(Stored items)
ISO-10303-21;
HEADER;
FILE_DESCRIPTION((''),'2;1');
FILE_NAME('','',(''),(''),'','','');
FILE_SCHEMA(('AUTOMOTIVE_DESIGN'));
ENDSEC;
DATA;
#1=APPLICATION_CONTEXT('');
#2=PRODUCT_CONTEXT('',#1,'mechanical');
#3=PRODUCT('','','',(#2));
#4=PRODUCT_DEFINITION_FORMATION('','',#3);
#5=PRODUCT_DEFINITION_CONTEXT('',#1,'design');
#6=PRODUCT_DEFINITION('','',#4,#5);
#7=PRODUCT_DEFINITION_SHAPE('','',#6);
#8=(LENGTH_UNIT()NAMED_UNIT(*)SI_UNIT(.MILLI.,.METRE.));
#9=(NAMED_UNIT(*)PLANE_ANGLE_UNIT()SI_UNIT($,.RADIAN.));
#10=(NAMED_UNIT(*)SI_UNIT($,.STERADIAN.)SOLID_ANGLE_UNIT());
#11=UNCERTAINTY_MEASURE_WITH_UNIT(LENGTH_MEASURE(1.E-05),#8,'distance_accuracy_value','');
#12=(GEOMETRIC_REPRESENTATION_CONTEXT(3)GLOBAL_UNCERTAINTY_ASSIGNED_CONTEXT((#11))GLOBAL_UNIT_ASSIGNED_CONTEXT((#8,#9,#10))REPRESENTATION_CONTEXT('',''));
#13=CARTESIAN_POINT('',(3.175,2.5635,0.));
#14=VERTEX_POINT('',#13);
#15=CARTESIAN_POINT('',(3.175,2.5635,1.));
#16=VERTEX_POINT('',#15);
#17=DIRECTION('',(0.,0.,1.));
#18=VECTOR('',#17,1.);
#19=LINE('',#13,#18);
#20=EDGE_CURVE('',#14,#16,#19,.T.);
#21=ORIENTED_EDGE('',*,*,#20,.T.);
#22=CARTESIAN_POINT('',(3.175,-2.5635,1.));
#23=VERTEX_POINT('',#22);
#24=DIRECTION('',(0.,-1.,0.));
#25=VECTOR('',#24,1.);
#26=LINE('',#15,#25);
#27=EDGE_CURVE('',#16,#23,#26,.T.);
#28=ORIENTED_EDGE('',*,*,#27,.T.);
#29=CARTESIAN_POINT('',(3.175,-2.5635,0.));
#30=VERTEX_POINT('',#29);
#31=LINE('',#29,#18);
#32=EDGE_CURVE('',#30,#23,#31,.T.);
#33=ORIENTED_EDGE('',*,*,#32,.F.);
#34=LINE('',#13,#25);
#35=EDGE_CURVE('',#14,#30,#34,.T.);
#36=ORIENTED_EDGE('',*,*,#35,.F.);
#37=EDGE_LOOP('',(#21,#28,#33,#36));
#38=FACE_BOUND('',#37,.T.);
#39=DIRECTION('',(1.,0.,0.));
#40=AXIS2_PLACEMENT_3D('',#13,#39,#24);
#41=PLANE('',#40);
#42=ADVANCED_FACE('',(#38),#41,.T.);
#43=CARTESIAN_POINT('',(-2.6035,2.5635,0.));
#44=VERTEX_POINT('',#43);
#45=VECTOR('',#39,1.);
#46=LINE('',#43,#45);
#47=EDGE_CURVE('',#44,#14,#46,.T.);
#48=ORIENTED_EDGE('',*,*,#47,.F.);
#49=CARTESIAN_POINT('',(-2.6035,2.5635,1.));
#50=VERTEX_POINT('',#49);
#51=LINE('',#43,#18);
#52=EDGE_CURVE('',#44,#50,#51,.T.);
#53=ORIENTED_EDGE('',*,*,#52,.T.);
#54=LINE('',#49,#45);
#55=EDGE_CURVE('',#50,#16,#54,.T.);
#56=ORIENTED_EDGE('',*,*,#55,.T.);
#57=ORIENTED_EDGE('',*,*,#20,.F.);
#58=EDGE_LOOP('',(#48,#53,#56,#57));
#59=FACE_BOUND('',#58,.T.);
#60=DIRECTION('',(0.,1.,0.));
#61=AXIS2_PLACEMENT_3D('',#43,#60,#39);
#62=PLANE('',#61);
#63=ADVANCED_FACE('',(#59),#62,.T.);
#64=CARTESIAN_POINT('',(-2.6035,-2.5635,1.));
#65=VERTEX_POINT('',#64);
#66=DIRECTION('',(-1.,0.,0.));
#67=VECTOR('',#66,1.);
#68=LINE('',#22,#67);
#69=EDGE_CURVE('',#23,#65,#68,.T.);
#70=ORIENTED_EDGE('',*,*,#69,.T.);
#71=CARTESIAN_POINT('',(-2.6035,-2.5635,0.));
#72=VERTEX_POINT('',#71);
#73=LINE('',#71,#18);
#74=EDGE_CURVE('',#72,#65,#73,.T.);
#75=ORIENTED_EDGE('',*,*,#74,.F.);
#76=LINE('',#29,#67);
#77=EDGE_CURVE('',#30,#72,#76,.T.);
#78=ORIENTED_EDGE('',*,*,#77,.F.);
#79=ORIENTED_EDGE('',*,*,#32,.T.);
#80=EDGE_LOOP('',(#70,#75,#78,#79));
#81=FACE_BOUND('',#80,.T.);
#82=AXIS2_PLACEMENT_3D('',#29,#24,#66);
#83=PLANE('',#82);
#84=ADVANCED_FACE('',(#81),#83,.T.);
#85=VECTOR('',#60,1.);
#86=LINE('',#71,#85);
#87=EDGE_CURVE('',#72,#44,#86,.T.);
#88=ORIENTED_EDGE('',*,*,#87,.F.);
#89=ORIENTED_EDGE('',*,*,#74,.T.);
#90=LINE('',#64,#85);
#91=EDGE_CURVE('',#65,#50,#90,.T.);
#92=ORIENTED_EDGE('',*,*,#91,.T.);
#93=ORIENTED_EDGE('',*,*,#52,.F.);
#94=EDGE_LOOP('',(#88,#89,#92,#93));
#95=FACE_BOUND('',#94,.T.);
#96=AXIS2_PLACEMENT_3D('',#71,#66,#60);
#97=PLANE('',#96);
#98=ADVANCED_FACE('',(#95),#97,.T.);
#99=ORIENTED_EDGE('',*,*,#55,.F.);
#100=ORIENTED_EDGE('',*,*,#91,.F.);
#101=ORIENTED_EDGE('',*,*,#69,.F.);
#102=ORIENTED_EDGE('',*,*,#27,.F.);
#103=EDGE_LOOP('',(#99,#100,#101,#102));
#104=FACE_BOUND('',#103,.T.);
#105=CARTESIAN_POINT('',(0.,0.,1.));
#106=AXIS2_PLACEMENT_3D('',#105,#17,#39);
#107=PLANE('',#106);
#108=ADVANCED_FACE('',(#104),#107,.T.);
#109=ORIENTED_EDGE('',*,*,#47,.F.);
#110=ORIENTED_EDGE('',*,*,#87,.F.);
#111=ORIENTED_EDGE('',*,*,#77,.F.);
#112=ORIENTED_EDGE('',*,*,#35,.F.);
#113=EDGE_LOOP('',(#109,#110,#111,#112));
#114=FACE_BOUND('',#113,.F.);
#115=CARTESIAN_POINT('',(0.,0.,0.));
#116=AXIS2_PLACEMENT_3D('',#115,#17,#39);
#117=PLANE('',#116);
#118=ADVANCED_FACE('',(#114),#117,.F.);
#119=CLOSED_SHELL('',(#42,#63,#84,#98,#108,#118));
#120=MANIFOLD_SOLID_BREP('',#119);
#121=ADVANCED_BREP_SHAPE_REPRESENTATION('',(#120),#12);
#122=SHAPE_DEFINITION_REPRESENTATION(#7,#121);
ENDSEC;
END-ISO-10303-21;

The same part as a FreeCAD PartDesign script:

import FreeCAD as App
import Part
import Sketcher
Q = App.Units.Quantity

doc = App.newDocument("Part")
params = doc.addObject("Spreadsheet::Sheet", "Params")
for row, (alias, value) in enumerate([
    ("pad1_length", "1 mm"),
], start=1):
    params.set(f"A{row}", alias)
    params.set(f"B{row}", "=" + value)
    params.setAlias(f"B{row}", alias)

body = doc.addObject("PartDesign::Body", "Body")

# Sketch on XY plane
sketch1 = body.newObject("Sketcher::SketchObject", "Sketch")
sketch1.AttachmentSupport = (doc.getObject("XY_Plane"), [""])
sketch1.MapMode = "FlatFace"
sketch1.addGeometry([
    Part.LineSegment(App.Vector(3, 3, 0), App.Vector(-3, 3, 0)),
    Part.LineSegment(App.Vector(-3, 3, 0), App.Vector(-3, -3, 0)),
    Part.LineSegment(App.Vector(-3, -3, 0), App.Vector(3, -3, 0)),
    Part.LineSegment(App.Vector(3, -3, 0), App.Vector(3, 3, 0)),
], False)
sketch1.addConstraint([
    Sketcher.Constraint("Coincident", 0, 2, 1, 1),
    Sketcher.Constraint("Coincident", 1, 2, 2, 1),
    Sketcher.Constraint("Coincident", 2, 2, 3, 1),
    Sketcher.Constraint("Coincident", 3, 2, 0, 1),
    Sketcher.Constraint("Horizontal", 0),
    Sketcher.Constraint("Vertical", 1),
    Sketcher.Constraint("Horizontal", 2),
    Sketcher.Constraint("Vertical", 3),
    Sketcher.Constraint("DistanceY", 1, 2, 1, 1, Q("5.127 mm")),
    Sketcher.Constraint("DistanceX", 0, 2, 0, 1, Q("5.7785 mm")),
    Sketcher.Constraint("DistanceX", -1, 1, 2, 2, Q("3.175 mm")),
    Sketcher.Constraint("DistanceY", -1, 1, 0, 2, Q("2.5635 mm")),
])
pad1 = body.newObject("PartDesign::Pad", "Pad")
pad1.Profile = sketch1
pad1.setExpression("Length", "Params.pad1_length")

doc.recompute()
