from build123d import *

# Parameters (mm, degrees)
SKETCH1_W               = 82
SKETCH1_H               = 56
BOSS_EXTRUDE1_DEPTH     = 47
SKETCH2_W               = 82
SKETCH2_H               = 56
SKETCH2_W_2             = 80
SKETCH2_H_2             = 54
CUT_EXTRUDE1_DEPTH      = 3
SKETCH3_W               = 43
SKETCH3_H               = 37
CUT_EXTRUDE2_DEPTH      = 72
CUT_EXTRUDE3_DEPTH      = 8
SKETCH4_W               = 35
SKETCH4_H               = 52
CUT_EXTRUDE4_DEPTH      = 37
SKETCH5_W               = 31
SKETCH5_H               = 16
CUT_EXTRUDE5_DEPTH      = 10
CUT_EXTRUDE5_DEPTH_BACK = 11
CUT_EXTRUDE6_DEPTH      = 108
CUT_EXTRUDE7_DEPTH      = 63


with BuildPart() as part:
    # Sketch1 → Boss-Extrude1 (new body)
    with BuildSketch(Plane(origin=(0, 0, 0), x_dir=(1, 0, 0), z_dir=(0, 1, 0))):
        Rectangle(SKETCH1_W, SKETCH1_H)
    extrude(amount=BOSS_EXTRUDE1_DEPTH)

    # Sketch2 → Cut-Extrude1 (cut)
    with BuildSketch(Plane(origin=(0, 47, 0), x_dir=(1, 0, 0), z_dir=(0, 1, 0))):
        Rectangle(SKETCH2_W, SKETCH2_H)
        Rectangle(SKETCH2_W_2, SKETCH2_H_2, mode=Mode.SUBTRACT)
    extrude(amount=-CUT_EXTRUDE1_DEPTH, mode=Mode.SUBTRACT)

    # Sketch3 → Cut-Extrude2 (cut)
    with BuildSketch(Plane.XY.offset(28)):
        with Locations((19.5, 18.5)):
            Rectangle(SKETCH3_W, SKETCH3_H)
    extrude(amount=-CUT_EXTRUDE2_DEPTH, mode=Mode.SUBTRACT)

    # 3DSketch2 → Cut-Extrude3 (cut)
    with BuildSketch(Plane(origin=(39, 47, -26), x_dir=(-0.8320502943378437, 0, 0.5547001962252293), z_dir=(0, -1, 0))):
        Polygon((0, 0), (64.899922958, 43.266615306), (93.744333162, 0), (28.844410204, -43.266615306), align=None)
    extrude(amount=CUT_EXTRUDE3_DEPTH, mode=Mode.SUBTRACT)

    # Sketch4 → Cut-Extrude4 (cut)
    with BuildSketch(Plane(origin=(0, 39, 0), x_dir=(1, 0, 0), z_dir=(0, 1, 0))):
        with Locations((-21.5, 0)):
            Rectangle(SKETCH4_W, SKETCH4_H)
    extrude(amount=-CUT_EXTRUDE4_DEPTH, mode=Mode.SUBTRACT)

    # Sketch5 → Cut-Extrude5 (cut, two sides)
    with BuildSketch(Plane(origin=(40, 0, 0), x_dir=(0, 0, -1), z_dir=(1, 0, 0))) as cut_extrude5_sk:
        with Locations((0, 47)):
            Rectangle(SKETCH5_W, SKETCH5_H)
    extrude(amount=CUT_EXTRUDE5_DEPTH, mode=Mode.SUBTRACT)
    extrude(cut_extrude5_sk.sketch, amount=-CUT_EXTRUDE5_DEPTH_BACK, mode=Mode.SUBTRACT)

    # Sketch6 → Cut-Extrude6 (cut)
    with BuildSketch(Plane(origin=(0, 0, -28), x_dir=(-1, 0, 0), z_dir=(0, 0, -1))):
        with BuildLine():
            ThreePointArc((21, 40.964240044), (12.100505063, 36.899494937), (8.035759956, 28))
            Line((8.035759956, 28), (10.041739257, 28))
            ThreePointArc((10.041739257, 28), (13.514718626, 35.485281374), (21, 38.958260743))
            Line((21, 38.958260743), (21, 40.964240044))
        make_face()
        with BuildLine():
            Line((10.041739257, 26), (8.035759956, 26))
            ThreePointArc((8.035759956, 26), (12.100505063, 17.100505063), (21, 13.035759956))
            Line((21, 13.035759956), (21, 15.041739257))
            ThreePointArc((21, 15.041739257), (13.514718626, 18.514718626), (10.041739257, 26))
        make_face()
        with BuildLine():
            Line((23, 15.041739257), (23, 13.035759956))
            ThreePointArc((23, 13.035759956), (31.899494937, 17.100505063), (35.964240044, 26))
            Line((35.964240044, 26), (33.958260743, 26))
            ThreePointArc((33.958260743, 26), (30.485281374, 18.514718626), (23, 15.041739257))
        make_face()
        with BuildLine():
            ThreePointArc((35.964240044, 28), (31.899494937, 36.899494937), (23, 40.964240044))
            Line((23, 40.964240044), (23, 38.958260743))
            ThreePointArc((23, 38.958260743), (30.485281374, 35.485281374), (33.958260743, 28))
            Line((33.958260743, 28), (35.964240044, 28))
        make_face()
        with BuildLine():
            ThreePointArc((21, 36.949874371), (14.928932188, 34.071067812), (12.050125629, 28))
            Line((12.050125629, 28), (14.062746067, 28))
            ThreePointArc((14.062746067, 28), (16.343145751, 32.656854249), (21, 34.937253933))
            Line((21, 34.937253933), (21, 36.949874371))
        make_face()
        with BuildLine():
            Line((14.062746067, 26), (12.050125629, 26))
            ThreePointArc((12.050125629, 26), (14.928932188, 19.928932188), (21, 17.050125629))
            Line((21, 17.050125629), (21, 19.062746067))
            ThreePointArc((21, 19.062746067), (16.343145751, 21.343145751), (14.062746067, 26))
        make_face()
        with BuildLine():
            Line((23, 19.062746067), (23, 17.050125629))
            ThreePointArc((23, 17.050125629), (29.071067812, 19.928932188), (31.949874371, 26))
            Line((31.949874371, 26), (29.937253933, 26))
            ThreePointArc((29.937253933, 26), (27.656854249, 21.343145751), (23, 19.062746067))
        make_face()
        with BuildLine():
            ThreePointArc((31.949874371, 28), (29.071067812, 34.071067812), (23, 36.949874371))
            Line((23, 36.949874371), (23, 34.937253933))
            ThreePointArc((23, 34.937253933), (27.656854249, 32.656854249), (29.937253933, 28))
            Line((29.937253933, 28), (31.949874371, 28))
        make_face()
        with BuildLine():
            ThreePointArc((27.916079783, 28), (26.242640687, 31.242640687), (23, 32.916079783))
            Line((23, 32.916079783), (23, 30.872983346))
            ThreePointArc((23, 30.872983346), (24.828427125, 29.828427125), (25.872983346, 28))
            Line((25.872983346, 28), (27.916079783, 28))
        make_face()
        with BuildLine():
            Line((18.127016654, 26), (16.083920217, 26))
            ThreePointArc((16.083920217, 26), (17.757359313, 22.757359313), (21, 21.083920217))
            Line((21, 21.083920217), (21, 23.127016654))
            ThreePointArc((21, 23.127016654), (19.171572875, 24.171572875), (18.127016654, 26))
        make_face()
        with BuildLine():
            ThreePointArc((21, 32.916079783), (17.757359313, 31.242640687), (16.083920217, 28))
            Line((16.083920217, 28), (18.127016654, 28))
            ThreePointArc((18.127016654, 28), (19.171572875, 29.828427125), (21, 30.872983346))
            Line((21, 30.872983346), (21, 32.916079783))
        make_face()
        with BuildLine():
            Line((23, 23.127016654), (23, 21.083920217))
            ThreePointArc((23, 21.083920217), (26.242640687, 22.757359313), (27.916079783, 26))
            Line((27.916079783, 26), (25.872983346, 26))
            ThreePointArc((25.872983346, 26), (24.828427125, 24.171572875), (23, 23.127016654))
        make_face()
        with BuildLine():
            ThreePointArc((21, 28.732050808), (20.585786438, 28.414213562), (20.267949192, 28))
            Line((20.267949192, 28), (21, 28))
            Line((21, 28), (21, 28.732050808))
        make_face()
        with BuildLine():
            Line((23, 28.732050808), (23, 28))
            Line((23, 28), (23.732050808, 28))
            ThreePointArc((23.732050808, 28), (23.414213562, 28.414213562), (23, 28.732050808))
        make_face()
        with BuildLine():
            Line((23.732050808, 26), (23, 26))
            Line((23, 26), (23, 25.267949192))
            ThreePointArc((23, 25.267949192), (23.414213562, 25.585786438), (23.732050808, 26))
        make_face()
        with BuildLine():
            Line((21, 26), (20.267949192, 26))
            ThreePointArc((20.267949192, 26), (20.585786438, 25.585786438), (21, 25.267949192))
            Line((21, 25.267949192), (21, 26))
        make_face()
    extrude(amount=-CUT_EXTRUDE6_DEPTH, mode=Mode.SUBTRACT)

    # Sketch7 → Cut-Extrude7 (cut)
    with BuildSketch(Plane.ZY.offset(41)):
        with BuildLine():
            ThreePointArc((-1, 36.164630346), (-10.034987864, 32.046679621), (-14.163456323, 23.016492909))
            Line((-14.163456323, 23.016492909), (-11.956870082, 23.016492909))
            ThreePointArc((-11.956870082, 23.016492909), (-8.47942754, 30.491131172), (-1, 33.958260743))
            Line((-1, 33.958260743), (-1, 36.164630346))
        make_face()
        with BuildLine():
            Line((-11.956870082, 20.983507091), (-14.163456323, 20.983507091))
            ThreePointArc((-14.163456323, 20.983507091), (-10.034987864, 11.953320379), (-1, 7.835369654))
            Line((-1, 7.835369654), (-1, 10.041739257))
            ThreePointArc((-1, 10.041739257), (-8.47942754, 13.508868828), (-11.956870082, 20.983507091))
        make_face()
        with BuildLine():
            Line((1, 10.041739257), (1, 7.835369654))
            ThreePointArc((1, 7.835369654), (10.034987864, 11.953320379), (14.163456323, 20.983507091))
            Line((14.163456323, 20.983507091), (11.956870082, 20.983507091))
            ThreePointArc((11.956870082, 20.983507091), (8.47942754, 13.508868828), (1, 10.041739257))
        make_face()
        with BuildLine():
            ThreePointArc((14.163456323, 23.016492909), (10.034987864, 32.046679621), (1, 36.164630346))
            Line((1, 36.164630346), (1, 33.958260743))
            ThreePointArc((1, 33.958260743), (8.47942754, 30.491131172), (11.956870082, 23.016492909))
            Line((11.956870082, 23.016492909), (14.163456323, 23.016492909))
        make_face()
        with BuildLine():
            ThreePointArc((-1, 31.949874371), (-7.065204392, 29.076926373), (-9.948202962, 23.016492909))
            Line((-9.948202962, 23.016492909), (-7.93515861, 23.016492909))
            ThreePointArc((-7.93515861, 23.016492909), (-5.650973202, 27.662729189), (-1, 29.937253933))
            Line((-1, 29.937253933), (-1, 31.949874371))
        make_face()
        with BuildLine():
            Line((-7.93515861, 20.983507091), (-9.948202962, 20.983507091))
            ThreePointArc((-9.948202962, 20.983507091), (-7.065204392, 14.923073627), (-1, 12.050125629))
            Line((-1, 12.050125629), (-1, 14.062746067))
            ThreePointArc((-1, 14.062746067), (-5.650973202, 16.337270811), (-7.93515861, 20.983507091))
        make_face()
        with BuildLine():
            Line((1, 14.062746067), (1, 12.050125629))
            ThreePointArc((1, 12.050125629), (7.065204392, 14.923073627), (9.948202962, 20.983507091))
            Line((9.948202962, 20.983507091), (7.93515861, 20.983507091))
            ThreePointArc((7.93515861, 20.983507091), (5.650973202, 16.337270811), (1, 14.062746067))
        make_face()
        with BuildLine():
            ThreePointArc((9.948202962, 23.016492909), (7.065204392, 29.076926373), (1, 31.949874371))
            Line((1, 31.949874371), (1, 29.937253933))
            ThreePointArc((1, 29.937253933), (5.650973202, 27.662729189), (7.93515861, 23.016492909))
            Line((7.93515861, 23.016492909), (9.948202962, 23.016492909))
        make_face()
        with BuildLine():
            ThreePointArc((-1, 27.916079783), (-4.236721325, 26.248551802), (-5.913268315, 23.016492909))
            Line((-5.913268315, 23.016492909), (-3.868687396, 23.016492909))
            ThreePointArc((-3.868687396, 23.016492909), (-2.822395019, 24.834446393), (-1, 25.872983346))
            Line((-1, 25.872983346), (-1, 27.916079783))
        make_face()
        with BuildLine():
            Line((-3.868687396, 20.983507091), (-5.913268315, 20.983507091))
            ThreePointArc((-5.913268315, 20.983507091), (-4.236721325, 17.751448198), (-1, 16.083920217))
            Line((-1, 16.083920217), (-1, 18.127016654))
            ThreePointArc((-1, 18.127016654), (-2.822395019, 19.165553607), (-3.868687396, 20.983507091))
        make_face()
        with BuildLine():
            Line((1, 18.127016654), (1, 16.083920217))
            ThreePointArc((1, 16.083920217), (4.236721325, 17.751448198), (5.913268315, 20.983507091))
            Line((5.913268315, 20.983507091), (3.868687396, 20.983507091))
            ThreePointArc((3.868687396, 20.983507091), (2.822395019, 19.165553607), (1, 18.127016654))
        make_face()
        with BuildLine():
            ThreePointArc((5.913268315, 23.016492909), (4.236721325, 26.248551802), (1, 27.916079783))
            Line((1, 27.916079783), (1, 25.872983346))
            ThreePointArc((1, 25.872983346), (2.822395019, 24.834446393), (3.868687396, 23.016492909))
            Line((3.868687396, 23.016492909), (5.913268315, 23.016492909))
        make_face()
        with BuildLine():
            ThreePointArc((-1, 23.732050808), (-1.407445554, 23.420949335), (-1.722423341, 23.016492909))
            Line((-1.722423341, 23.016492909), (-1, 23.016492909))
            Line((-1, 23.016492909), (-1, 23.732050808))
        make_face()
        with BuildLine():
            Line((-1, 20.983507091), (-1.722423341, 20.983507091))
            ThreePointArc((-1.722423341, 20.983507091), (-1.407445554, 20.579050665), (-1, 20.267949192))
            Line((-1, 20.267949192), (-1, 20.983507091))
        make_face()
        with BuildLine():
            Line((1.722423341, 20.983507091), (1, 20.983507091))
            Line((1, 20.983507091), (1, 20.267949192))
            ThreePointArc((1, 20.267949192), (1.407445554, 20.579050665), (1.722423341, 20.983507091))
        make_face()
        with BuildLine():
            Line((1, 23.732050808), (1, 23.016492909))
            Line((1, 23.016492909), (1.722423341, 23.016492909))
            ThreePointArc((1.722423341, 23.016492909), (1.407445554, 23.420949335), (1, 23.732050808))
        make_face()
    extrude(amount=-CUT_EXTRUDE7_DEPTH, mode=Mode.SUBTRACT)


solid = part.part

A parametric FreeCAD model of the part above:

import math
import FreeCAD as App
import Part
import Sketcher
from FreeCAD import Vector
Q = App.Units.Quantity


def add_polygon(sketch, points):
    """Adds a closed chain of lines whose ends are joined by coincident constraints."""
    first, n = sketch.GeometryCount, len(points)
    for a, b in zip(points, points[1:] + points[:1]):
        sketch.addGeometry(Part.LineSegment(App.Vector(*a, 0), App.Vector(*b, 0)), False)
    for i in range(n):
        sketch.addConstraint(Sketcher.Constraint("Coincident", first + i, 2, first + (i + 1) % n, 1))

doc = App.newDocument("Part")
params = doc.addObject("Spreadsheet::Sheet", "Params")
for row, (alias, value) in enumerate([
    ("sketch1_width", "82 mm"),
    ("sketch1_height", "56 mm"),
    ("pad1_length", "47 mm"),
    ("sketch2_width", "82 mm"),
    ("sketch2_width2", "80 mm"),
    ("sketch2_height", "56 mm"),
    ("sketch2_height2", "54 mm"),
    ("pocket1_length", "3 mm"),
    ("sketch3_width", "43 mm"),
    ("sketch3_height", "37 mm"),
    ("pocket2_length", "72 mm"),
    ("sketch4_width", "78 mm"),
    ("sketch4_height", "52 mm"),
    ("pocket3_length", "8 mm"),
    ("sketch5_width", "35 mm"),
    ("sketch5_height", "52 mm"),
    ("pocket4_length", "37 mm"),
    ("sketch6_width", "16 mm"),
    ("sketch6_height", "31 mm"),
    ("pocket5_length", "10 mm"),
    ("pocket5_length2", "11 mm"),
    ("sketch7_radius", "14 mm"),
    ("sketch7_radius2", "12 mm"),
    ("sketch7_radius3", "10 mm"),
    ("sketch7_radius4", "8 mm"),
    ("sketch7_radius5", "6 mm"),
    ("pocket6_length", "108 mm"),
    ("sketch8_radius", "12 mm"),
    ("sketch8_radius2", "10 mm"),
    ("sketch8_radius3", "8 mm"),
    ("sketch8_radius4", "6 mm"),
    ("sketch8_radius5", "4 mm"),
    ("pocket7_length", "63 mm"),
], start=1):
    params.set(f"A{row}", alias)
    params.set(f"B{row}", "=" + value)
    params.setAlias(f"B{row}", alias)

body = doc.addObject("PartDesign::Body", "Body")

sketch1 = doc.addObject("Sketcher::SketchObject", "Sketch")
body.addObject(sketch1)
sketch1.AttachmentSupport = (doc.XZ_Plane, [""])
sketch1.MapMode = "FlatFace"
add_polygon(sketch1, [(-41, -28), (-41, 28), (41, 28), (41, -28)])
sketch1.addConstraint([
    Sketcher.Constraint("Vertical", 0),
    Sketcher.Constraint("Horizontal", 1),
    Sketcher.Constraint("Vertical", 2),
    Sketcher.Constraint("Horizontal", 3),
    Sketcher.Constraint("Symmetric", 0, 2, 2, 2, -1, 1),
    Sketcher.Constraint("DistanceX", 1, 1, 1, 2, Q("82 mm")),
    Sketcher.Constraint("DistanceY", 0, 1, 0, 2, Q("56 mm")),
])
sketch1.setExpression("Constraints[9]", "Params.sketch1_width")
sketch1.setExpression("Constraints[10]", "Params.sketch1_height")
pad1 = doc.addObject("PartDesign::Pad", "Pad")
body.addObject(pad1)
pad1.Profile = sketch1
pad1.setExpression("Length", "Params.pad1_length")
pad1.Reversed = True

## WHAT IS BEING ASKED
Above are the records; copy exactly the lines from the line with "24.834446393), (-1, 25.872983346))" through the line with "26.248551802), (1, 27.916079783))", both included.

## EXERCISE OUTPUT
            ThreePointArc((-3.868687396, 23.016492909), (-2.822395019, 24.834446393), (-1, 25.872983346))
            Line((-1, 25.872983346), (-1, 27.916079783))
        make_face()
        with BuildLine():
            Line((-3.868687396, 20.983507091), (-5.913268315, 20.983507091))
            ThreePointArc((-5.913268315, 20.983507091), (-4.236721325, 17.751448198), (-1, 16.083920217))
            Line((-1, 16.083920217), (-1, 18.127016654))
            ThreePointArc((-1, 18.127016654), (-2.822395019, 19.165553607), (-3.868687396, 20.983507091))
        make_face()
        with BuildLine():
            Line((1, 18.127016654), (1, 16.083920217))
            ThreePointArc((1, 16.083920217), (4.236721325, 17.751448198), (5.913268315, 20.983507091))
            Line((5.913268315, 20.983507091), (3.868687396, 20.983507091))
            ThreePointArc((3.868687396, 20.983507091), (2.822395019, 19.165553607), (1, 18.127016654))
        make_face()
        with BuildLine():
            ThreePointArc((5.913268315, 23.016492909), (4.236721325, 26.248551802), (1, 27.916079783))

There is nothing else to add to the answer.